Different data formats, communication protocols, and patenting issues would preclude the universal use of such devices to the exclusion of traditional methods of archiving personal medical histories.
Security would be a sincere concern as well. Just look at all those wireless networks out there that are unprotected. A simple bootlegged (or stolen) reader with the correct decryption keys, placed at a subway stop, could collect an unbelievable number of personal medical histories / identities in a short amount of time.
I haven't dug to see if this is being considered or not, but I'd like a bit of security. After that, load up my chip with personal contacts, favorite web urls, bank accounts...maybe I could even pick up a 'blank' cell phone and use it as though it were my own while it uses my billing and contact book info.
The key for me would be an access code or pin number and encryption, so it can only be read when I am willing to enter my code into a scanner. The thought of passive scanners recording when I walk by is not alluring to me.
Or you could just carry it in your pocket.
The chips I have seen described hold only a serial number, which still has to link to a database somewhere. I am not sure how this give a doctor any more information than a medic-alert bracelet and your drivers license.
If your records were stored on the chip I suppose it could be useful.
The chips I have seen described hold only a serial number, which still has to link to a database somewhere. I am not sure how this give a doctor any more information than a medic-alert bracelet and your drivers license.
If your records were stored on the chip I suppose it could be useful.
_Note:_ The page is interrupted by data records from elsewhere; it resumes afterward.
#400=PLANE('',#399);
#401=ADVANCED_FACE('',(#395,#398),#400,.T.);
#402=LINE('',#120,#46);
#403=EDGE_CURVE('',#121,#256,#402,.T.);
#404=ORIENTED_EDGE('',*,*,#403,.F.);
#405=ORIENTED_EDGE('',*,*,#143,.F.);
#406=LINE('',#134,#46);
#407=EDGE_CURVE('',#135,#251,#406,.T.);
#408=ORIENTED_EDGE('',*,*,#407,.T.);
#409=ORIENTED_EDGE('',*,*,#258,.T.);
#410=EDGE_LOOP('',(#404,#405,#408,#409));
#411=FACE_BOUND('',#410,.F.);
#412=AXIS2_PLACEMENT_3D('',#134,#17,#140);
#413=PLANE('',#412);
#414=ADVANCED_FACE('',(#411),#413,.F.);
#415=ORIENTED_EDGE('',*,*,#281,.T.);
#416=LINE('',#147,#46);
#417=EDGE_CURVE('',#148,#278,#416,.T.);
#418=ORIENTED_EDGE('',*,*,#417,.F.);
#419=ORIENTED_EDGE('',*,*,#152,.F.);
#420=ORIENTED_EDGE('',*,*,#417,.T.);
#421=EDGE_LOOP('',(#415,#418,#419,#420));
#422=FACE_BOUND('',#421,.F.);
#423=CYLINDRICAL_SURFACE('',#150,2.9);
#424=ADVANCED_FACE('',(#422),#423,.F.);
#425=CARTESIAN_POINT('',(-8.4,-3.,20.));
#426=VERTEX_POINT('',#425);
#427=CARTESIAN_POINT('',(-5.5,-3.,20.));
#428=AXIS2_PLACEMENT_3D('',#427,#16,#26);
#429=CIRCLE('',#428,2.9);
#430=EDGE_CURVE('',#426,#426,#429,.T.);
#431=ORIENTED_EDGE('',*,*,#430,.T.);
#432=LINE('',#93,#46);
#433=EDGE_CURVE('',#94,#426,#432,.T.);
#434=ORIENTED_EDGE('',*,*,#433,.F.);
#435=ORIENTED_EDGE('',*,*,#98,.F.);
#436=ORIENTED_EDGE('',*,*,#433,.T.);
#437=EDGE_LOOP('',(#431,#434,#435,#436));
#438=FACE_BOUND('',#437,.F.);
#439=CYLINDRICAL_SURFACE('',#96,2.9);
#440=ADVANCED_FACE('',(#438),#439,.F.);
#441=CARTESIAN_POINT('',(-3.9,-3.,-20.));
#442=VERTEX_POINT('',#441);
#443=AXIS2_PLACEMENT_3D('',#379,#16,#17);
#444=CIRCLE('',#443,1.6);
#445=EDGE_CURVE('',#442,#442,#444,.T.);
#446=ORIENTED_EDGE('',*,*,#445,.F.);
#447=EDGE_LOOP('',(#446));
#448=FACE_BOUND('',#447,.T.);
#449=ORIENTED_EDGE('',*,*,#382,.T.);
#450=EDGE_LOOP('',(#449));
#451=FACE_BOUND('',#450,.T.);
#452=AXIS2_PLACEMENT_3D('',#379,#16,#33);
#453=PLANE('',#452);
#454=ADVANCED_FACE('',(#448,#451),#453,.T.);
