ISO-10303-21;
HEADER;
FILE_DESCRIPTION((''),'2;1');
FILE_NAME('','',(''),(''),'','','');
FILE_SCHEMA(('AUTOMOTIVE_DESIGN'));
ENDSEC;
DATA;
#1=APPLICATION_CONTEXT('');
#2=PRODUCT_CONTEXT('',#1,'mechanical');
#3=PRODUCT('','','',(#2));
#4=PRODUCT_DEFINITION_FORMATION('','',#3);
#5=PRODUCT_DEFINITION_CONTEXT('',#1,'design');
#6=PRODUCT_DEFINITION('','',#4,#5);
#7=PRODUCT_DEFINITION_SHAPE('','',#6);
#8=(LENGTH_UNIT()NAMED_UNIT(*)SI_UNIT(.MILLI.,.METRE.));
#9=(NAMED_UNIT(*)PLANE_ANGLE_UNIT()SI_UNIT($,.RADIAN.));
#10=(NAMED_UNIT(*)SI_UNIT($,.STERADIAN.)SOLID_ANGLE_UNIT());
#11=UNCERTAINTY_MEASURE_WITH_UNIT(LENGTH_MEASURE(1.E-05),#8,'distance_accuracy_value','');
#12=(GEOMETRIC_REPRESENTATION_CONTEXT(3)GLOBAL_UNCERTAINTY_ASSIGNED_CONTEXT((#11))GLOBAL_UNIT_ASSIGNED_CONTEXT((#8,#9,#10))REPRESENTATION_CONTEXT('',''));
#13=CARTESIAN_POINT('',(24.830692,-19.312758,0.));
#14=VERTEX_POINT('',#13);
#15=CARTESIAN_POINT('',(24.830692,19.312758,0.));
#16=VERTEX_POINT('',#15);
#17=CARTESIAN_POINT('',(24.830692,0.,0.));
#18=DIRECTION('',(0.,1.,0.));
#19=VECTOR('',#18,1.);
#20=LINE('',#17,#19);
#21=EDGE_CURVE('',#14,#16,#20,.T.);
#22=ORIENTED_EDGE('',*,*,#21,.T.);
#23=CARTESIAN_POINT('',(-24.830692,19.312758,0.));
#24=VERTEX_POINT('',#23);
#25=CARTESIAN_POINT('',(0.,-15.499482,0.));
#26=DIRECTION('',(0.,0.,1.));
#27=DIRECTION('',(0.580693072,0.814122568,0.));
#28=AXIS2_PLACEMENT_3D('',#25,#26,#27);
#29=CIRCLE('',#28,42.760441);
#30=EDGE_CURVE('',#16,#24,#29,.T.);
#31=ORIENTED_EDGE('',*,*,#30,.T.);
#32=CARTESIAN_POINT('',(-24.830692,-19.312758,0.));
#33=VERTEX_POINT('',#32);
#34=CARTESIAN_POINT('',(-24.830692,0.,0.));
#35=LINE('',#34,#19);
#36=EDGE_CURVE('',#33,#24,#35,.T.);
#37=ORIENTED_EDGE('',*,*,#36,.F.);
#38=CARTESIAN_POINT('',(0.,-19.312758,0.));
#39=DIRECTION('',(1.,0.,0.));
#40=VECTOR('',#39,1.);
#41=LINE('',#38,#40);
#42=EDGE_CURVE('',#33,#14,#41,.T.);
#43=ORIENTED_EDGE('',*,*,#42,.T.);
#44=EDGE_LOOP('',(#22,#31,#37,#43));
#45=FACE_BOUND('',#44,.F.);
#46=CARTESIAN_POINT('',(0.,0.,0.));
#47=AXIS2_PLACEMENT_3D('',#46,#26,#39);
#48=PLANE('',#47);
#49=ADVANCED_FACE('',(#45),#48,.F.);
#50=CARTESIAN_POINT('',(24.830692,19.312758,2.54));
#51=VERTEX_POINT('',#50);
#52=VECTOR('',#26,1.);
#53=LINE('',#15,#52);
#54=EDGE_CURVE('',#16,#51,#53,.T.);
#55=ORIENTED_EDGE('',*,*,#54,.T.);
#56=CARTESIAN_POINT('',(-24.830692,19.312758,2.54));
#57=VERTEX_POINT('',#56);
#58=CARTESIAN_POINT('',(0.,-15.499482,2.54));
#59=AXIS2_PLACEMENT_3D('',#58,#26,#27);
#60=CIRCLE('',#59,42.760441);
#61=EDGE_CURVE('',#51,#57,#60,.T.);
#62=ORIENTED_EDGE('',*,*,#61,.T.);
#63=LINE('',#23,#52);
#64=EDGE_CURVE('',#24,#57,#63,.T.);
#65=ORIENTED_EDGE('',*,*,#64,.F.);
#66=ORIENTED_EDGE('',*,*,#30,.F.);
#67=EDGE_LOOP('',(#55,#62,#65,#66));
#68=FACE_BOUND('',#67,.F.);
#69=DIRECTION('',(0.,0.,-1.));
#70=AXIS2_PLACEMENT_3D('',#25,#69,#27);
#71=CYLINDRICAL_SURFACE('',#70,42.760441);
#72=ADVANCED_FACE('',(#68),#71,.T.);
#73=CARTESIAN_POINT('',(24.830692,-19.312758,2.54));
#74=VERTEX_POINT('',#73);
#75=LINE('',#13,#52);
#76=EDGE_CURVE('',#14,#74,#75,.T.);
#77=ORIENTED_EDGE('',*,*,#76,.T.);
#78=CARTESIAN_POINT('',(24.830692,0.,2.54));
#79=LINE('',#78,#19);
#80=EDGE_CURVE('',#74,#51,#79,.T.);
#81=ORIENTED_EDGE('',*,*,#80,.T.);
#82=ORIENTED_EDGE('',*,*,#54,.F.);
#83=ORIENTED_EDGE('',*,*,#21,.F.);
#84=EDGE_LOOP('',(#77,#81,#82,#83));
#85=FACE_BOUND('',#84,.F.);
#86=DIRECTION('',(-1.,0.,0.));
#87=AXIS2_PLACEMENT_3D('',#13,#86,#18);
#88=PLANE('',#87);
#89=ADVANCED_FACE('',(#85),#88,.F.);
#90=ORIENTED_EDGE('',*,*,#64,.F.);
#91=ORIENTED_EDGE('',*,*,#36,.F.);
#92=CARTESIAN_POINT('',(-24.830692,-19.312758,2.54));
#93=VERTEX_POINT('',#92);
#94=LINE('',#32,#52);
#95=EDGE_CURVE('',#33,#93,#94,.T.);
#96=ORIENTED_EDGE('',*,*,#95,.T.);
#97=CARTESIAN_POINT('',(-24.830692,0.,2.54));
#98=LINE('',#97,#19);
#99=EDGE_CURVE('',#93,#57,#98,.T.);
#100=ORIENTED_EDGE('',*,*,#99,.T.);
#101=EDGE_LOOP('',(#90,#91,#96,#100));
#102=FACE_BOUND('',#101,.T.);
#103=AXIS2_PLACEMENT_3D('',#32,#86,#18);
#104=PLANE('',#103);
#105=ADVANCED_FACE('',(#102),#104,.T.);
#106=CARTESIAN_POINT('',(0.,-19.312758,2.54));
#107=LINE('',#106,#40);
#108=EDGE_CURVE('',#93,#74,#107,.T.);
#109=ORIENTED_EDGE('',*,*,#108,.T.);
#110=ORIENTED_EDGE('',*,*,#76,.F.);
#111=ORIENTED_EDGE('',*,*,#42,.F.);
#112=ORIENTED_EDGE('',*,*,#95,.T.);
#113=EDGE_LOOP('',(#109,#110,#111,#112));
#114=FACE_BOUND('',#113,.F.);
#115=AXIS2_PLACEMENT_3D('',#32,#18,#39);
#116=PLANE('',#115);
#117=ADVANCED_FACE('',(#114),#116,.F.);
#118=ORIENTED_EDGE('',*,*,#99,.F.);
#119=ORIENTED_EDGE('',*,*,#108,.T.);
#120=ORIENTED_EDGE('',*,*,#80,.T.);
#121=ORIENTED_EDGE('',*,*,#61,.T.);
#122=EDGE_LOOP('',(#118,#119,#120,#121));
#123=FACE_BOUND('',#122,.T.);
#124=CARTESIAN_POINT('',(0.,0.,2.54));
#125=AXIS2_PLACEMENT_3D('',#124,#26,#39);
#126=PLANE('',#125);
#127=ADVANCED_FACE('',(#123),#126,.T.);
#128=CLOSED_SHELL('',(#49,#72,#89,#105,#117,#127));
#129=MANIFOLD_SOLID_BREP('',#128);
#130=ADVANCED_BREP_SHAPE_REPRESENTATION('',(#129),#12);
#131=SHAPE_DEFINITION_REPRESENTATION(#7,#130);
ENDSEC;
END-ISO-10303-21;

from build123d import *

# Parameters (mm, degrees)
F0_W     = 49.661384
F0_H     = 38.625516
F1_DEPTH = 2.54


with BuildPart() as f1:
    # F0 (on Top) → F1 (new body)
    with BuildSketch(Plane.XY):
        Rectangle(F0_W, F0_H)
        with BuildLine():
            Line((-24.830692, 19.312758), (24.830692, 19.312758))
            ThreePointArc((24.830692, 19.312758), (0, 27.260959), (-24.830692, 19.312758))
        make_face()
    extrude(amount=F1_DEPTH)


solid = f1.part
But chipping does make it possible for valuable personal medical information that you might want a doctor to have access to be kept out of databases readable by the world
No, it doesn't. Even if none of the info resides on a database NOW, the information can be put into one at any time. And if anyone can read the chip, certainly some of the info on it will be a key field in a database somewhere.
Well, sort of ...
The chips will allow a new level of convinience for storing medical records. However, the assertion that this will keep the data out of databases seems weak. Data is difficult to erase. It may be true that the only complete and centralized copy of my medical records will be consolidated onto my IDChip. However, I don't see how this will mean that the rest of the data stored will be somehow erased.
Paul
Well, sort of ...
The chips will allow a new level of convinience for storing medical records. However, the assertion that this will keep the data out of databases seems weak. Data is difficult to erase. It may be true that the only complete and centralized copy of my medical records will be consolidated onto my IDChip. However, I don't see how this will mean that the rest of the data stored will be somehow erased.
Paul
Verichips are, in essence, RFID tags. They carry a serial number that can be used to access database info for that number.
But don't take my word for it, go to the horse's mouth:
http://www.4verichip.com/verichip.htm
Rather than keeping information OUT of databases, the usefulness of Verichips is predicated on the EXISTANCE of databases full of your personal facts and figures.
Pass.
Jake
(who will not be numbered, stamped, filed, briefed, debriefed OR CHIPPED!)